- What to produce: Filter the lines below, copying only those with the string "extrude".

- Material for this exercise:
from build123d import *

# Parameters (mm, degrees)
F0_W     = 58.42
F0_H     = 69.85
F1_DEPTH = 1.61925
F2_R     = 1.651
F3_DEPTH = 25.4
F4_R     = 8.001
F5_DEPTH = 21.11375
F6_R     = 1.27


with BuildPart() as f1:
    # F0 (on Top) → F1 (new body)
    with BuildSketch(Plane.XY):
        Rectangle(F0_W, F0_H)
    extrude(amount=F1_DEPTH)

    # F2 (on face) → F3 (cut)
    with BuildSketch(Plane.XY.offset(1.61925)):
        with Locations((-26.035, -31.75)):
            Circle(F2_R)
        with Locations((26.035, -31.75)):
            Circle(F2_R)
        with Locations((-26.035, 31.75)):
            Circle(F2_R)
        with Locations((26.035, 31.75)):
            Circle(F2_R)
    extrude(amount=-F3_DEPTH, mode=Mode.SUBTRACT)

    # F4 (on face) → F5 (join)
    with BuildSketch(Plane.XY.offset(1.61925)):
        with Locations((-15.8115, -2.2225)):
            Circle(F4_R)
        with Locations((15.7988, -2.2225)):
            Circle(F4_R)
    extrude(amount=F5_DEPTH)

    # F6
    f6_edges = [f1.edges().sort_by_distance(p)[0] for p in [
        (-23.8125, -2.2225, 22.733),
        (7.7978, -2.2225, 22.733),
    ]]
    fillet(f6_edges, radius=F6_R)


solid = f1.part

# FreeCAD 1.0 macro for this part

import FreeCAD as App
import Part
import Sketcher

V = App.Vector
Q = App.Units.Quantity


def edges_at(feature, points):
    """Names of the edges that pass closest to the given points."""
    edges = feature.Shape.Edges
    near = lambda p: min(range(len(edges)), key=lambda i: edges[i].distToShape(Part.Vertex(*p))[0])
    return sorted({f"Edge{near(p) + 1}" for p in points})

doc = App.newDocument("Part")
body = doc.addObject("PartDesign::Body", "Body")

# Sketch on XY plane
sketch1 = doc.addObject("Sketcher::SketchObject", "Sketch")
body.addObject(sketch1)
sketch1.AttachmentSupport = (doc.XY_Plane, [""])
sketch1.MapMode = "FlatFace"
sketch1.addGeometry(Part.LineSegment(V(-29, 35, 0), V(-29, -35, 0)), False)
sketch1.addGeometry(Part.LineSegment(V(-29, -35, 0), V(29, -35, 0)), False)
sketch1.addGeometry(Part.LineSegment(V(29, -35, 0), V(29, 35, 0)), False)
sketch1.addGeometry(Part.LineSegment(V(29, 35, 0), V(-29, 35, 0)), False)
sketch1.addConstraint(Sketcher.Constraint("Coincident", 0, 2, 1, 1))
sketch1.addConstraint(Sketcher.Constraint("Coincident", 1, 2, 2, 1))
sketch1.addConstraint(Sketcher.Constraint("Coincident", 2, 2, 3, 1))
sketch1.addConstraint(Sketcher.Constraint("Coincident", 3, 2, 0, 1))
sketch1.addConstraint(Sketcher.Constraint("Vertical", 0))
sketch1.addConstraint(Sketcher.Constraint("Horizontal", 1))
sketch1.addConstraint(Sketcher.Constraint("Vertical", 2))
sketch1.addConstraint(Sketcher.Constraint("Horizontal", 3))
sketch1.addConstraint(Sketcher.Constraint("Symmetric", 0, 2, 2, 2, -1, 1))
sketch1.addConstraint(Sketcher.Constraint("DistanceX", 1, 1, 1, 2, Q("2.3 in")))
sketch1.addConstraint(Sketcher.Constraint("DistanceY", 0, 2, 0, 1, Q("2.75 in")))
pad1 = doc.addObject("PartDesign::Pad", "Pad")
body.addObject(pad1)
pad1.Profile = sketch1
pad1.Length = 1.61925

# Sketch on XY plane
sketch2 = doc.addObject("Sketcher::SketchObject", "Sketch001")
body.addObject(sketch2)
sketch2.AttachmentSupport = (doc.XY_Plane, [""])
sketch2.MapMode = "FlatFace"
sketch2.AttachmentOffset = App.Placement(V(0, 0, 1.61925), App.Rotation())
sketch2.addGeometry(Part.Circle(V(-26, -31.8, 0), V(0, 0, 1), 1.7), False)
sketch2.addGeometry(Part.Circle(V(26, -31.8, 0), V(0, 0, 1), 1.7), False)
sketch2.addGeometry(Part.Circle(V(-26, 31.8, 0), V(0, 0, 1), 1.7), False)
sketch2.addGeometry(Part.Circle(V(26, 31.8, 0), V(0, 0, 1), 1.7), False)
sketch2.addConstraint(Sketcher.Constraint("Equal", 0, 1))
sketch2.addConstraint(Sketcher.Constraint("Equal", 1, 2))
sketch2.addConstraint(Sketcher.Constraint("Equal", 2, 3))
sketch2.addConstraint(Sketcher.Constraint("Symmetric", 1, 3, 2, 3, -1, 1))
sketch2.addConstraint(Sketcher.Constraint("Symmetric", 0, 3, 3, 3, -1, 1))
sketch2.addConstraint(Sketcher.Constraint("Symmetric", 0, 3, 1, 3, -2))
sketch2.addConstraint(Sketcher.Constraint("Diameter", 0, Q("0.13 in")))
sketch2.addConstraint(Sketcher.Constraint("DistanceY", 0, 3, 2, 3, Q("2.5 in")))
sketch2.addConstraint(Sketcher.Constraint("DistanceX", 0, 3, 1, 3, Q("2.05 in")))
pocket1 = doc.addObject("PartDesign::Pocket", "Pocket")
body.addObject(pocket1)
pocket1.Profile = sketch2
pocket1.Length = Q("1 in")

# Sketch on XY plane
sketch3 = doc.addObject("Sketcher::SketchObject", "Sketch002")
body.addObject(sketch3)
sketch3.AttachmentSupport = (doc.XY_Plane, [""])
sketch3.MapMode = "FlatFace"
sketch3.AttachmentOffset = App.Placement(V(0, 0, 1.61925), App.Rotation())
sketch3.addGeometry(Part.Circle(V(-16, -2, 0), V(0, 0, 1), 8), False)
sketch3.addGeometry(Part.Circle(V(16, -2, 0), V(0, 0, 1), 8), False)
sketch3.addConstraint(Sketcher.Constraint("Equal", 0, 1))
sketch3.addConstraint(Sketcher.Constraint("Horizontal", 0, 3, 1, 3))
sketch3.addConstraint(Sketcher.Constraint("Diameter", 0, Q("0.63 in")))
sketch3.addConstraint(Sketcher.Constraint("DistanceX", -1, 1, 1, 3, Q("0.622 in")))
sketch3.addConstraint(Sketcher.Constraint("DistanceX", 0, 3, -1, 1, Q("0.6225 in")))
sketch3.addConstraint(Sketcher.Constraint("DistanceY", 0, 3, -1, 1, Q("0.0875 in")))
pad2 = doc.addObject("PartDesign::Pad", "Pad001")
body.addObject(pad2)
pad2.Profile = sketch3
pad2.Length = 21.11375
doc.recompute()

fillet = doc.addObject("PartDesign::Fillet", "Fillet")
body.addObject(fillet)
fillet.Base = (pad2, edges_at(pad2, [(-23.812, -2.223, 22.733), (7.798, -2.223, 22.733)]))
fillet.Radius = Q("0.05 in")

doc.recompute()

- Solution to the exercise:
    extrude(amount=F1_DEPTH)
    extrude(amount=-F3_DEPTH, mode=Mode.SUBTRACT)
    extrude(amount=F5_DEPTH)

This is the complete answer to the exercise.